» PROBLEM DESCRIPTION
Return only what lies between the first line of the entries and the line containing "v -0.4567 -1.1636 4.5", both lines included.

*** Begin section ***

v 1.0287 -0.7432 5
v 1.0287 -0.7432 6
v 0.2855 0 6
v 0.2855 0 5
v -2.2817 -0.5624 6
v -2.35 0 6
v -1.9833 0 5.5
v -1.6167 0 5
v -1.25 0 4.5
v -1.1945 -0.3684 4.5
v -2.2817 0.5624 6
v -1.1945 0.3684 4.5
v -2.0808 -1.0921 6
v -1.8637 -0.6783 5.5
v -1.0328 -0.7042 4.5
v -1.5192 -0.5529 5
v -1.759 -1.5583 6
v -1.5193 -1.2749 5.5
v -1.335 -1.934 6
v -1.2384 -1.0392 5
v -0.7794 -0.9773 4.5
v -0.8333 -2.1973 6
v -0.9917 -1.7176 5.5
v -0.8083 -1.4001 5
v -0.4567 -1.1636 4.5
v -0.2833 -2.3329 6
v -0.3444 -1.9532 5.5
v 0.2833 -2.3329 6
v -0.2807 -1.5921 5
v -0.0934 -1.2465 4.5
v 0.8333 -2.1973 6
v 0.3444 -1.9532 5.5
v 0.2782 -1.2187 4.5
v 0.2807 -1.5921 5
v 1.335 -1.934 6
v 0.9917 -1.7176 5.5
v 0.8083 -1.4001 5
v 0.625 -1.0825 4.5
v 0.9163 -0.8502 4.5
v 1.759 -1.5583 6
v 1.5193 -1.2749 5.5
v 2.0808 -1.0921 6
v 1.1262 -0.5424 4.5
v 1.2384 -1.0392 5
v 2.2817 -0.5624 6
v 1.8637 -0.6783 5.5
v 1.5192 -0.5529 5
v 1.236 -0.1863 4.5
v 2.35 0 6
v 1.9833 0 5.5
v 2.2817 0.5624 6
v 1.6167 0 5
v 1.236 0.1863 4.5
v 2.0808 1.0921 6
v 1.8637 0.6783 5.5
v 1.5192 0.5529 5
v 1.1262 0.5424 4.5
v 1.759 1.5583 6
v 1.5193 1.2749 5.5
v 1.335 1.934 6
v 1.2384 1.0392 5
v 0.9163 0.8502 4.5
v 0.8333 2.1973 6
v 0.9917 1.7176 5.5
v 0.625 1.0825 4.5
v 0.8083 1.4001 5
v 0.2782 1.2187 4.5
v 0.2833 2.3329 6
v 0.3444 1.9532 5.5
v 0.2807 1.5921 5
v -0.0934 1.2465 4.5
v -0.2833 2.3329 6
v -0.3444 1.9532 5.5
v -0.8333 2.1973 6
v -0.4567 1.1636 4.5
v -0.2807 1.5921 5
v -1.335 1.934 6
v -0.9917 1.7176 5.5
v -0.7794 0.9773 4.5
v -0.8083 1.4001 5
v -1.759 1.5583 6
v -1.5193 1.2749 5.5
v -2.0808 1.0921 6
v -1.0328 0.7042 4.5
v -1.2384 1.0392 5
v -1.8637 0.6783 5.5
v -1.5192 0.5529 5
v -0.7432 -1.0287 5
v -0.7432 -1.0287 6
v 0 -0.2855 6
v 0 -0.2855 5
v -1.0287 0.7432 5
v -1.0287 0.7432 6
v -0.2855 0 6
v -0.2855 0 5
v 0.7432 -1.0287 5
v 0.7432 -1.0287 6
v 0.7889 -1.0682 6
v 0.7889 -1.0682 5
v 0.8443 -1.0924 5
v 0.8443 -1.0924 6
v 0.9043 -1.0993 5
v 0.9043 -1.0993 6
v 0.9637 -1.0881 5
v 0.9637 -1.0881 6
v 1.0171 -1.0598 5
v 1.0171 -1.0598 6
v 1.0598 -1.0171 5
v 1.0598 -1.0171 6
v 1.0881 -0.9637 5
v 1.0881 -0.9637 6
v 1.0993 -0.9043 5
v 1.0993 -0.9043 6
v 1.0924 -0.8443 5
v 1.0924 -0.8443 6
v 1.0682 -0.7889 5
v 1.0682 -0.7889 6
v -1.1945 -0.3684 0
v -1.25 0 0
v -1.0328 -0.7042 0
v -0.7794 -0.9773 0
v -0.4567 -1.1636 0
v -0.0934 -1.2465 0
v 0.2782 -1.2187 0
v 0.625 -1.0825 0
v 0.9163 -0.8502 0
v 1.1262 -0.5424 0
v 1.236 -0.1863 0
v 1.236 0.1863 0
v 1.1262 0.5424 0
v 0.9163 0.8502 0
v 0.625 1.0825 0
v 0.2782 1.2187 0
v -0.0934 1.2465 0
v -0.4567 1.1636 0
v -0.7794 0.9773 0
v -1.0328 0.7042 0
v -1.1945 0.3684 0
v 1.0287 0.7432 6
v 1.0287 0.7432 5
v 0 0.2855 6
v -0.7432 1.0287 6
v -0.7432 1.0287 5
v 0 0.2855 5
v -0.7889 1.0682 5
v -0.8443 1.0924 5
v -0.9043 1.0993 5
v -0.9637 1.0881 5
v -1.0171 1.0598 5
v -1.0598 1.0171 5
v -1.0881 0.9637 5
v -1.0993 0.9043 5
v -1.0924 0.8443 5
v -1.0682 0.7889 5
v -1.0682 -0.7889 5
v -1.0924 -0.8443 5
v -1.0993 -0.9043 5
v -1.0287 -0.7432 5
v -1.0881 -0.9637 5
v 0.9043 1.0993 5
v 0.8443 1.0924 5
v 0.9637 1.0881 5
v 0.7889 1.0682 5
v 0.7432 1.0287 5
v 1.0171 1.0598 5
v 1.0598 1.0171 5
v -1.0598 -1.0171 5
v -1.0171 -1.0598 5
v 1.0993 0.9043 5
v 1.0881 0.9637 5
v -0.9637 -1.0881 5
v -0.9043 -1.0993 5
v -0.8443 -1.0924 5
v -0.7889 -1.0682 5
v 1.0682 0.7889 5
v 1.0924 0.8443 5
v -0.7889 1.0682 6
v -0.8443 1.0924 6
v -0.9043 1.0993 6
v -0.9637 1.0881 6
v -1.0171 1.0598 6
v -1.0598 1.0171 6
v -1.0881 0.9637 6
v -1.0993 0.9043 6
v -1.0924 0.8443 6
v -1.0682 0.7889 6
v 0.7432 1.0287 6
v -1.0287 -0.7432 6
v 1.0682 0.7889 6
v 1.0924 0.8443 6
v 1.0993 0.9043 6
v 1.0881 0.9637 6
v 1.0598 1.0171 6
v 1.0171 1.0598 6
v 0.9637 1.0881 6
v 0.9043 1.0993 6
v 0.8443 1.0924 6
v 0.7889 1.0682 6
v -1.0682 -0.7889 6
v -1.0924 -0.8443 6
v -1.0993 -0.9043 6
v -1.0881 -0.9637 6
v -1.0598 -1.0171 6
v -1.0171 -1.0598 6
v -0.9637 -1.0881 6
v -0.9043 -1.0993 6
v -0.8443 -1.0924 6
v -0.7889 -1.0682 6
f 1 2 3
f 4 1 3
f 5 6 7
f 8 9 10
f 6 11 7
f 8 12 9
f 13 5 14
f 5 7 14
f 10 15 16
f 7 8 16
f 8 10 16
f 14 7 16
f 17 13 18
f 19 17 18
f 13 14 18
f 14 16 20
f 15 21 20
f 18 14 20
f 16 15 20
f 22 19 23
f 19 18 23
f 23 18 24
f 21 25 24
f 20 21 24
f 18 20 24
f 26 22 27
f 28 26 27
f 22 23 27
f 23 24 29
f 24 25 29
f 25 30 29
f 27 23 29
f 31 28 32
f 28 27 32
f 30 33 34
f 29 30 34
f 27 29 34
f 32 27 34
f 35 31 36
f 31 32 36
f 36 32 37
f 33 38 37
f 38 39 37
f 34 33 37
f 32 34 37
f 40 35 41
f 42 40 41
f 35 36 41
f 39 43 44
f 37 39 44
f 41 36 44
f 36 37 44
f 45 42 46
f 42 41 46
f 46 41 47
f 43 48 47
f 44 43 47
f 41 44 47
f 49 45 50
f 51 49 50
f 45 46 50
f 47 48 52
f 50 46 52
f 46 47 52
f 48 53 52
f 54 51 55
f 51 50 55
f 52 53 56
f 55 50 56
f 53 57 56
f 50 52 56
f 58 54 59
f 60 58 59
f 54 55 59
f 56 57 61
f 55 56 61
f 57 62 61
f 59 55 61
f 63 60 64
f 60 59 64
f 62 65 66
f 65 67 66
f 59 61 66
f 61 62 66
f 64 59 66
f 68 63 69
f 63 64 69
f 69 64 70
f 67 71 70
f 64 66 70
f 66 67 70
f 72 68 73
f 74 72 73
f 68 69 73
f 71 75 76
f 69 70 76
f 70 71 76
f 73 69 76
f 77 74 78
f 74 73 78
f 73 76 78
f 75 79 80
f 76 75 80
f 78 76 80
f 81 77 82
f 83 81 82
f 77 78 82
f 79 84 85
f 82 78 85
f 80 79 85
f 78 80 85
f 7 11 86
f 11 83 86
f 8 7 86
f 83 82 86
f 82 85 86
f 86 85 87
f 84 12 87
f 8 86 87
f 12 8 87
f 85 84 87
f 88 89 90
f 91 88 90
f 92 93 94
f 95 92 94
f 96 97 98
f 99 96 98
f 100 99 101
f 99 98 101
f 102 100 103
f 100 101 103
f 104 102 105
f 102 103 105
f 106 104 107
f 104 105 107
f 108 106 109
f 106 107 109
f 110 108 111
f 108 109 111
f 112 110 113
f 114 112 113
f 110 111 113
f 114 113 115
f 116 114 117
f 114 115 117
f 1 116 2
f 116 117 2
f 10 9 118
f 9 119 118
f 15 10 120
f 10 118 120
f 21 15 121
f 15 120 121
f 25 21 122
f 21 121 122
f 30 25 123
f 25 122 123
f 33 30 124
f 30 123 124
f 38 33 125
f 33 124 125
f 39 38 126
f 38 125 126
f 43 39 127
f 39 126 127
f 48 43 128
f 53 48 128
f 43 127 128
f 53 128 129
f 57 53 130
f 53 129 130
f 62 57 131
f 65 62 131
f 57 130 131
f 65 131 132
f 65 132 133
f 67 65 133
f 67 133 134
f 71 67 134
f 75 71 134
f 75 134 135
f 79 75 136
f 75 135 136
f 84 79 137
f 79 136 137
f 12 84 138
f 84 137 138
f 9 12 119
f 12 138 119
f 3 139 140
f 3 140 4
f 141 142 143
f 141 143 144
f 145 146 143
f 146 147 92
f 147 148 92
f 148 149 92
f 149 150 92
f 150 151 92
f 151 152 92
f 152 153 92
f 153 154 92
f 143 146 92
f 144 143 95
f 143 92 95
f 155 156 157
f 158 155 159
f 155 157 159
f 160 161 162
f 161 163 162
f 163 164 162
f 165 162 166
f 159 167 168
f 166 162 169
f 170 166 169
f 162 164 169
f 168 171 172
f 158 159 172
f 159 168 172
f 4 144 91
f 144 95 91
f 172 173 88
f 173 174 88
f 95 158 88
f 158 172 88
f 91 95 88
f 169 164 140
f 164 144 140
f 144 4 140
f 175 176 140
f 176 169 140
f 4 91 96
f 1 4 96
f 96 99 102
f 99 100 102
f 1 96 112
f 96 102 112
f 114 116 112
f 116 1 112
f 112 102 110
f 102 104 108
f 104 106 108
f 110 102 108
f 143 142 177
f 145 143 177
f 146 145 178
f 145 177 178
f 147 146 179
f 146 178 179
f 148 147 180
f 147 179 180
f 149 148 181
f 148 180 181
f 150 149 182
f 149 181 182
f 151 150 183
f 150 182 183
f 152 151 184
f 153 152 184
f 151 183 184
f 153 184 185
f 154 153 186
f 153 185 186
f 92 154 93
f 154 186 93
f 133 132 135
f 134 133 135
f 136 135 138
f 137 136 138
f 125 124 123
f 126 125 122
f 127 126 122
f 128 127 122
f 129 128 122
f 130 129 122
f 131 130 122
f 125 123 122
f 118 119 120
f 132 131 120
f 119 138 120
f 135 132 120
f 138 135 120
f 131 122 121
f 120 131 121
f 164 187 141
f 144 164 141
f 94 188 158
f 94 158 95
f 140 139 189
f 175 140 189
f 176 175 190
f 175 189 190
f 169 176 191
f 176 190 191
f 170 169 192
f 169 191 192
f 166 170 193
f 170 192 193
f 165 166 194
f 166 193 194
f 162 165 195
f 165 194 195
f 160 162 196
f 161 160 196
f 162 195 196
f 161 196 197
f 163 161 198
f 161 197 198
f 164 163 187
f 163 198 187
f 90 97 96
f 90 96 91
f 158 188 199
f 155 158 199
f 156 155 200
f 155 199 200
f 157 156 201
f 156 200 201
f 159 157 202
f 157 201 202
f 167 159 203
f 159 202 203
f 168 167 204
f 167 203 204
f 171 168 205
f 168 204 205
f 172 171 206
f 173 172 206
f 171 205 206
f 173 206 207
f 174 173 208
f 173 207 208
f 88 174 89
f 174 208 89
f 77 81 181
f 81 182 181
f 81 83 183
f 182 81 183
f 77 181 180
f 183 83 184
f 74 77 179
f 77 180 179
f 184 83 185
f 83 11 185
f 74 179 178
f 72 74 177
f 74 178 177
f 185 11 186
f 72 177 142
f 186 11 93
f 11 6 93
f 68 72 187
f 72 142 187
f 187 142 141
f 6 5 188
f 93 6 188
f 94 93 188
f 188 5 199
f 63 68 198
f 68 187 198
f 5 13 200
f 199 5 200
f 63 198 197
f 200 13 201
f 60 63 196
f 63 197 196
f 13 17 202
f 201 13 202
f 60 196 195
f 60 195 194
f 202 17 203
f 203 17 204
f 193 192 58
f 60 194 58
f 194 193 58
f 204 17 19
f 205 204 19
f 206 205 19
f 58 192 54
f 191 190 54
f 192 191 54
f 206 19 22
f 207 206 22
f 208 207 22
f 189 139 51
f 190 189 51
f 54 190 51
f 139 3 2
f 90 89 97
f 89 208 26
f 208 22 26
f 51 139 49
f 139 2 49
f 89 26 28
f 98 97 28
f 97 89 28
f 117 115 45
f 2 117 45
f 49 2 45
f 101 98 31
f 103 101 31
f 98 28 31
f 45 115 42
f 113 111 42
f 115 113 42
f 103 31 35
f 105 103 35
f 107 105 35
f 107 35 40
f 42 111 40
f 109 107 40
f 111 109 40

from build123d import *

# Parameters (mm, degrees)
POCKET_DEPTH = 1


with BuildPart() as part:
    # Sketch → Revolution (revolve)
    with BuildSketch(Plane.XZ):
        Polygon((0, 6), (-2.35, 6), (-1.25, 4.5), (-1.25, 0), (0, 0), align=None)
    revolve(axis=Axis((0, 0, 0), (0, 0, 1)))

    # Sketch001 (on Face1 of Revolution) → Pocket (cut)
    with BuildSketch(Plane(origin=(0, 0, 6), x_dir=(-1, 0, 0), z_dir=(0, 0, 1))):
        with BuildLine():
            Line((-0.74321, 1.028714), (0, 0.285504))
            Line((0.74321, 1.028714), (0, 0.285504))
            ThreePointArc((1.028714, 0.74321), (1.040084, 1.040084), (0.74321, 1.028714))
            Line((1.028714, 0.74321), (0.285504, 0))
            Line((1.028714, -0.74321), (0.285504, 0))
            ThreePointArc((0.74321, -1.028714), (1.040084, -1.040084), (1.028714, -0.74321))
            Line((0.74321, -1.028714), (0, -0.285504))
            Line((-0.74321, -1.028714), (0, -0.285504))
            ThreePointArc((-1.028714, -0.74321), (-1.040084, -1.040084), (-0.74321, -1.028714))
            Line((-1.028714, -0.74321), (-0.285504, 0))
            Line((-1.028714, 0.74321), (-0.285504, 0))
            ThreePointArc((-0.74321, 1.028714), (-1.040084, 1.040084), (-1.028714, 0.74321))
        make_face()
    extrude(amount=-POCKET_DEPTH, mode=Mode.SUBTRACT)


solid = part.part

*** End section ***

» ANSWER BELOW
v 1.0287 -0.7432 5
v 1.0287 -0.7432 6
v 0.2855 0 6
v 0.2855 0 5
v -2.2817 -0.5624 6
v -2.35 0 6
v -1.9833 0 5.5
v -1.6167 0 5
v -1.25 0 4.5
v -1.1945 -0.3684 4.5
v -2.2817 0.5624 6
v -1.1945 0.3684 4.5
v -2.0808 -1.0921 6
v -1.8637 -0.6783 5.5
v -1.0328 -0.7042 4.5
v -1.5192 -0.5529 5
v -1.759 -1.5583 6
v -1.5193 -1.2749 5.5
v -1.335 -1.934 6
v -1.2384 -1.0392 5
v -0.7794 -0.9773 4.5
v -0.8333 -2.1973 6
v -0.9917 -1.7176 5.5
v -0.8083 -1.4001 5
v -0.4567 -1.1636 4.5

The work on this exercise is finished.